#### DATA EXCERPTS ####

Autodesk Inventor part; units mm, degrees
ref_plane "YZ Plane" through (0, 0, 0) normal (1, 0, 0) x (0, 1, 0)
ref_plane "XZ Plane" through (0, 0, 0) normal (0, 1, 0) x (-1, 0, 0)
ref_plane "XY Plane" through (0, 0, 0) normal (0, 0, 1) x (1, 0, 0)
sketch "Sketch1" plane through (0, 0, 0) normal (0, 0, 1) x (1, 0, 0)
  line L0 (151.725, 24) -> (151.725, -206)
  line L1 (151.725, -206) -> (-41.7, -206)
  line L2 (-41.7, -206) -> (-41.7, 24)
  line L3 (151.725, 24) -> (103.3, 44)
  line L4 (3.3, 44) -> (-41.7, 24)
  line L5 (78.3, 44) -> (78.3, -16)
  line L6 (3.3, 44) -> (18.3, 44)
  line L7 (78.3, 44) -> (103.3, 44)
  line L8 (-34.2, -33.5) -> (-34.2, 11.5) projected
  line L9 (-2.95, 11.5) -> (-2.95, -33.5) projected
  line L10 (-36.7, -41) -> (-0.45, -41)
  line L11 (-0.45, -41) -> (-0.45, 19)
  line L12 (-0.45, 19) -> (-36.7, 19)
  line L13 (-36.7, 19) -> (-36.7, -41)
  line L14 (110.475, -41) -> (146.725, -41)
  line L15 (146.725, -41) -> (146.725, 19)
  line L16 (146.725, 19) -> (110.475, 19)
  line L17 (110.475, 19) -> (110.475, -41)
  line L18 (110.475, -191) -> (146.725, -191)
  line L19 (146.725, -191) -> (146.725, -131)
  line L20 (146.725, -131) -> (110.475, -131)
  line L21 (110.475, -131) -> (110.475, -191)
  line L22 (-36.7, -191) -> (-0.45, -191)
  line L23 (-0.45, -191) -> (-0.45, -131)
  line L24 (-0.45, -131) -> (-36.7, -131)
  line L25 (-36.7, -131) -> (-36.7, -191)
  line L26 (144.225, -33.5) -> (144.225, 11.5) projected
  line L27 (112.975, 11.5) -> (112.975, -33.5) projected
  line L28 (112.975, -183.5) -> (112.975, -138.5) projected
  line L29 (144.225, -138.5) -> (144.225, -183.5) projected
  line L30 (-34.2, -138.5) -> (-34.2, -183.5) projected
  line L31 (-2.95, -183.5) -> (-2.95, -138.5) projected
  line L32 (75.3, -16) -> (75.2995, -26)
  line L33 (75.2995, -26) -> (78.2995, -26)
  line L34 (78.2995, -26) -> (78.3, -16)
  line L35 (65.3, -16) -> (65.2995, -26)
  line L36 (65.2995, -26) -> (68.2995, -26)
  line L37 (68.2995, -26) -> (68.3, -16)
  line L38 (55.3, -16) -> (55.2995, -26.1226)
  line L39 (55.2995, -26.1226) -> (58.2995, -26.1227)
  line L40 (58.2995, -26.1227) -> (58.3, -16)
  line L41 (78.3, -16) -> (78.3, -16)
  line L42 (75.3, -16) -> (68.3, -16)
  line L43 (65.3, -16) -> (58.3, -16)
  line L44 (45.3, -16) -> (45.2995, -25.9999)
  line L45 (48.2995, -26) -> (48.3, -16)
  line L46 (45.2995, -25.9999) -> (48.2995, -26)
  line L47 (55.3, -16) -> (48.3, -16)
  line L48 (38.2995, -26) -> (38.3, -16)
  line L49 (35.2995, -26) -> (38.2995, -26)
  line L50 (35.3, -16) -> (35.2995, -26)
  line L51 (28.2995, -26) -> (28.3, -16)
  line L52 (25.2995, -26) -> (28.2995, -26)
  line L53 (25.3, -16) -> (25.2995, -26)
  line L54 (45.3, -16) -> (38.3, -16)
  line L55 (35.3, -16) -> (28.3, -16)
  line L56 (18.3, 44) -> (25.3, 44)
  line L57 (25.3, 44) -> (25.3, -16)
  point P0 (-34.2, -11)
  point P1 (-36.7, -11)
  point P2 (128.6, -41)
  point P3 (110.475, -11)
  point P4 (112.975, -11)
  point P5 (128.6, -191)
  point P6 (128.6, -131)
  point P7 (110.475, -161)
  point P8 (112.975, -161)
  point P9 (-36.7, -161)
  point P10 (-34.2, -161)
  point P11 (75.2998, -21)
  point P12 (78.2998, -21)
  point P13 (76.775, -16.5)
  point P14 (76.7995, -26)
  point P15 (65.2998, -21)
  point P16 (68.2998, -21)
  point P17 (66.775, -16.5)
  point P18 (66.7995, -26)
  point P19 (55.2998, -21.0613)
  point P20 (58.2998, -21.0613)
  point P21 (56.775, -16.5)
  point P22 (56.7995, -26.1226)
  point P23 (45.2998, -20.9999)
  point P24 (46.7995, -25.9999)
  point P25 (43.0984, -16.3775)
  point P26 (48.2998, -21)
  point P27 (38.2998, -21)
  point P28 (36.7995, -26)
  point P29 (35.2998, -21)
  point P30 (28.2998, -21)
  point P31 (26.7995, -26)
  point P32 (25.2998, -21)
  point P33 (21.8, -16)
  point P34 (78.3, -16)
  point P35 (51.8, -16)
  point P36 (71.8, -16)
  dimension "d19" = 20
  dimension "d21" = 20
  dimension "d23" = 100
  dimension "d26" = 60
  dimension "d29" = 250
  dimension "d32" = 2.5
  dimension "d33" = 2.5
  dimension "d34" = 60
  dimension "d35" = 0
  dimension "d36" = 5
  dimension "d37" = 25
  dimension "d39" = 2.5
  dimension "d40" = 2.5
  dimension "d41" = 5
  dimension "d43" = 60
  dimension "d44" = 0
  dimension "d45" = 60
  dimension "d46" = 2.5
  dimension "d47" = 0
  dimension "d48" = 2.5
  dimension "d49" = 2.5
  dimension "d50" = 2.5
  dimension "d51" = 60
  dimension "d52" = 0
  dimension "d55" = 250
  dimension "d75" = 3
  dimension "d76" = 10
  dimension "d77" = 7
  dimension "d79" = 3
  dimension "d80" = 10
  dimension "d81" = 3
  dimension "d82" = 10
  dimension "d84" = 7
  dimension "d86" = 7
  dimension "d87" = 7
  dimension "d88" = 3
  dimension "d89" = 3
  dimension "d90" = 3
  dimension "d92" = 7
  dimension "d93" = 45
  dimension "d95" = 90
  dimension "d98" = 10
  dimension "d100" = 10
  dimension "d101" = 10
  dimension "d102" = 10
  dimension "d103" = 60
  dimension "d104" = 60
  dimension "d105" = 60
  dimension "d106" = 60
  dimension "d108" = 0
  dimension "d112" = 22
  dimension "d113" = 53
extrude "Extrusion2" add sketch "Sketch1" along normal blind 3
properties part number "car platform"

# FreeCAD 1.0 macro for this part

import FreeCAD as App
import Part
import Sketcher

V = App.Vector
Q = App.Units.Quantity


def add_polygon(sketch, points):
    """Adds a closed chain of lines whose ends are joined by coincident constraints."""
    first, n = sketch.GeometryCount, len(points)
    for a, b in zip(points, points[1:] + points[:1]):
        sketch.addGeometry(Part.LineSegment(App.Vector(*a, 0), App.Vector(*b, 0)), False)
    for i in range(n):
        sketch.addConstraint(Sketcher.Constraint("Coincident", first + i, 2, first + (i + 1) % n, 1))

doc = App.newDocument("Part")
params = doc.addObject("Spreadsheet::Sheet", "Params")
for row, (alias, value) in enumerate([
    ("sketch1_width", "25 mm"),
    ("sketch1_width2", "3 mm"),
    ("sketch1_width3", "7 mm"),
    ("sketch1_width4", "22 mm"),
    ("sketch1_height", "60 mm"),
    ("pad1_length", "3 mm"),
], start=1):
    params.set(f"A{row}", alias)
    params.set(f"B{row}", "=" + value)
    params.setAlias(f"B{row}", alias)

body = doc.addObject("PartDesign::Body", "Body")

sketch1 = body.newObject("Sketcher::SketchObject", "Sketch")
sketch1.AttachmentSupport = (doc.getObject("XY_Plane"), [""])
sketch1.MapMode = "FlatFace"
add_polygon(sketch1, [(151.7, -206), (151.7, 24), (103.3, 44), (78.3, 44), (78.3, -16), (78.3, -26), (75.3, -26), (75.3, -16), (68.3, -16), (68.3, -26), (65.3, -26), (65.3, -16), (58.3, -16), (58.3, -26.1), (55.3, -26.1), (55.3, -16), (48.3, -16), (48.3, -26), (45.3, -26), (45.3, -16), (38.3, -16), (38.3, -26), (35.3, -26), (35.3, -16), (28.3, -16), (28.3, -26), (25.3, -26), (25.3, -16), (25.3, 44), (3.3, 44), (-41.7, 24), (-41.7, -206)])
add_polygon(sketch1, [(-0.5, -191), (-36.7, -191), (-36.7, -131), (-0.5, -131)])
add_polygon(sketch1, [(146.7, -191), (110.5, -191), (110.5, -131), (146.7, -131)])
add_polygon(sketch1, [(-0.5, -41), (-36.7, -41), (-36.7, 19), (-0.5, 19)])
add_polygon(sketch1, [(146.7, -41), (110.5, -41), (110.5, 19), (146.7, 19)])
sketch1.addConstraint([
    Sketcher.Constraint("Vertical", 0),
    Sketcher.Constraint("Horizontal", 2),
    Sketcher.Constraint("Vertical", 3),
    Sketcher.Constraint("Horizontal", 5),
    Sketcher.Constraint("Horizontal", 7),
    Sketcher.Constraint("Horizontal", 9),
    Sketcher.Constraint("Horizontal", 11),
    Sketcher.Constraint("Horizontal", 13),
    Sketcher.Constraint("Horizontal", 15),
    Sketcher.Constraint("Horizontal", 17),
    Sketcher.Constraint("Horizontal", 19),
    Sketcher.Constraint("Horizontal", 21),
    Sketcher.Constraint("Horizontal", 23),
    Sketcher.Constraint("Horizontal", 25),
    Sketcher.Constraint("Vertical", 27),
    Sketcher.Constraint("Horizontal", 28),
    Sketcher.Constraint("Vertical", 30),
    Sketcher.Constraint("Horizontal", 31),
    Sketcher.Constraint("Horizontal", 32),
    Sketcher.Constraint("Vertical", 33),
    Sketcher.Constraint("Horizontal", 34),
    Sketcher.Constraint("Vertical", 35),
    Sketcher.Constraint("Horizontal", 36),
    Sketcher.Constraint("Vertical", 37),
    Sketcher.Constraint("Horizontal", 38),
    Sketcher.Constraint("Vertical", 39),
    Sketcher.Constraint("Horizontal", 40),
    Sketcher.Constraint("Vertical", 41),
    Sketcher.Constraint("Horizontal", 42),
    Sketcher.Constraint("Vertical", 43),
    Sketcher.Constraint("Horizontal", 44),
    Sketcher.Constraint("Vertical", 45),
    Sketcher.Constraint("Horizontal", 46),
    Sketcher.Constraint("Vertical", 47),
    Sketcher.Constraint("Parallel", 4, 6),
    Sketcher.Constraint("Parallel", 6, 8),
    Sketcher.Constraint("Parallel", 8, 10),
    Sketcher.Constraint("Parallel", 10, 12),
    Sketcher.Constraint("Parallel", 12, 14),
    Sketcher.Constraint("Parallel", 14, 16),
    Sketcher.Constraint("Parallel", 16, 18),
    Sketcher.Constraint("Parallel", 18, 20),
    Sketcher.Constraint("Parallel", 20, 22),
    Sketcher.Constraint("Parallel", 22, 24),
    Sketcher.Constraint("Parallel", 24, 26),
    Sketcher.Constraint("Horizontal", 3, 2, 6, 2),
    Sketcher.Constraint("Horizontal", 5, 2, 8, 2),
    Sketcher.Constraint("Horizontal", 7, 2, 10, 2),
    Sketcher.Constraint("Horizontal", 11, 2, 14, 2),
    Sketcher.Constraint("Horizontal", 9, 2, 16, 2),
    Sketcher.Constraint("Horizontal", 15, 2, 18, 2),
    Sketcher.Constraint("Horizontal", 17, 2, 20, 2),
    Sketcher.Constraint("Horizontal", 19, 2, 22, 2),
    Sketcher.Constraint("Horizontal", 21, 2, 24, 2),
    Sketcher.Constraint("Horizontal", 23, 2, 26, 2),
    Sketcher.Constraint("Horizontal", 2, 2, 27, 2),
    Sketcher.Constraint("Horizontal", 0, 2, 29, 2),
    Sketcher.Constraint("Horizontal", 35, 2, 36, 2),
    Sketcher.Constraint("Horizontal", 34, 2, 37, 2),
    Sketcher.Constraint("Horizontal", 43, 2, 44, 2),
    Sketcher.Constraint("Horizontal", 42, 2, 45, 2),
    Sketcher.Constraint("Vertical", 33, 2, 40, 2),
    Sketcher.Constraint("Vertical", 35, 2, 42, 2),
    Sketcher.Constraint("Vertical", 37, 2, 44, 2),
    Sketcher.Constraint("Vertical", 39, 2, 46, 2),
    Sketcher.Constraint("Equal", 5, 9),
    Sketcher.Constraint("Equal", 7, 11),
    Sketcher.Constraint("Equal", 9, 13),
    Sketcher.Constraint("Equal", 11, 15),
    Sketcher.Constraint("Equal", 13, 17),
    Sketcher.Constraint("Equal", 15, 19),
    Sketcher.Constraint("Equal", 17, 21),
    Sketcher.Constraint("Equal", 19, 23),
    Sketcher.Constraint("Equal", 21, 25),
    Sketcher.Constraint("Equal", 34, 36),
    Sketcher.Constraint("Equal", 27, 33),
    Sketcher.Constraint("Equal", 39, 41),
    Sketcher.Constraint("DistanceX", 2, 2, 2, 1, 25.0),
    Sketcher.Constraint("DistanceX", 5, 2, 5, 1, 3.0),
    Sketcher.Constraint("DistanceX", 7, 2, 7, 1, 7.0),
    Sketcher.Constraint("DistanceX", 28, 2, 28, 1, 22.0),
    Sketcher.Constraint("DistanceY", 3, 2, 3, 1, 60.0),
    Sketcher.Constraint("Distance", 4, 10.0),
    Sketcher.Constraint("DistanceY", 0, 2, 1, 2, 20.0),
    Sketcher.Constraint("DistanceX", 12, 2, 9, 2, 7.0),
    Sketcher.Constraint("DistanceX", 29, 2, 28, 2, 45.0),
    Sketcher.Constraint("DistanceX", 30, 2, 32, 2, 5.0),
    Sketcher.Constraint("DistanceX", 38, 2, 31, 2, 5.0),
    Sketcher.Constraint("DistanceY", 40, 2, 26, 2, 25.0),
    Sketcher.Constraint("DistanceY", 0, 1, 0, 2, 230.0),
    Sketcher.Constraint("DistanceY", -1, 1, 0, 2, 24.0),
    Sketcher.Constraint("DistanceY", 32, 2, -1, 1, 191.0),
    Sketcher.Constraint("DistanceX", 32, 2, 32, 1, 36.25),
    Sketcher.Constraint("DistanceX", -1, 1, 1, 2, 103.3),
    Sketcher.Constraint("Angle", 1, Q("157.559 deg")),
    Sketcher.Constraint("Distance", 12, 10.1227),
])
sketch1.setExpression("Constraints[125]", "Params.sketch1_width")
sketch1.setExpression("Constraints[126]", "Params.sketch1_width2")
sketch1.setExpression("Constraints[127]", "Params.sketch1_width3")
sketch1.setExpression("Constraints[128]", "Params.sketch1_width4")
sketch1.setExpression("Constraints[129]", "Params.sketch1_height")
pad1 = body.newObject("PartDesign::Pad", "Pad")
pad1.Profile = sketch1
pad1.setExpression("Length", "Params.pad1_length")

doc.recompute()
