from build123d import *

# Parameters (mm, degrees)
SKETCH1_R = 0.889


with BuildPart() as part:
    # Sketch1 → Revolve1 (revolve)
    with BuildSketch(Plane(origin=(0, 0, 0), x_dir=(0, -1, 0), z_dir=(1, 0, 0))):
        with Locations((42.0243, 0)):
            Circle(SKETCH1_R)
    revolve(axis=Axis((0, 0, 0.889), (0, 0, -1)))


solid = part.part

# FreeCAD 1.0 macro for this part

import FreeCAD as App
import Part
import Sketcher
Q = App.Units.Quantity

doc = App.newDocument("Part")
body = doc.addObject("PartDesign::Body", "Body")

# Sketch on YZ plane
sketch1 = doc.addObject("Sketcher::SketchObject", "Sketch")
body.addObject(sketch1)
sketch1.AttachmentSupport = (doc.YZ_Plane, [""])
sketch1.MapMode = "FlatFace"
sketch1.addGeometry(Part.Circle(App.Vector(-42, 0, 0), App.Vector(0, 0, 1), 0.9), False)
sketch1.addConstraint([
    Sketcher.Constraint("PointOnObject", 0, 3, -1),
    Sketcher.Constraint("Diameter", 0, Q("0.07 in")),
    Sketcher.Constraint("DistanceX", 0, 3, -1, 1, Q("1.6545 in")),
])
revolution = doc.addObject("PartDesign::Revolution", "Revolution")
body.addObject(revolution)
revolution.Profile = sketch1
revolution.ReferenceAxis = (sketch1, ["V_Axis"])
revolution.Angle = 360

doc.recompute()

####

YOUR ASSIGNMENT | From the records above, extract exactly and only the lines that begin at the line with "line L52 (25.2995, -26) -> (28.2995, -26)" and stop after the line with "point P0 (-34.2, -11)".

EXPECTED ANSWER |
  line L52 (25.2995, -26) -> (28.2995, -26)
  line L53 (25.3, -16) -> (25.2995, -26)
  line L54 (45.3, -16) -> (38.3, -16)
  line L55 (35.3, -16) -> (28.3, -16)
  line L56 (18.3, 44) -> (25.3, 44)
  line L57 (25.3, 44) -> (25.3, -16)
  point P0 (-34.2, -11)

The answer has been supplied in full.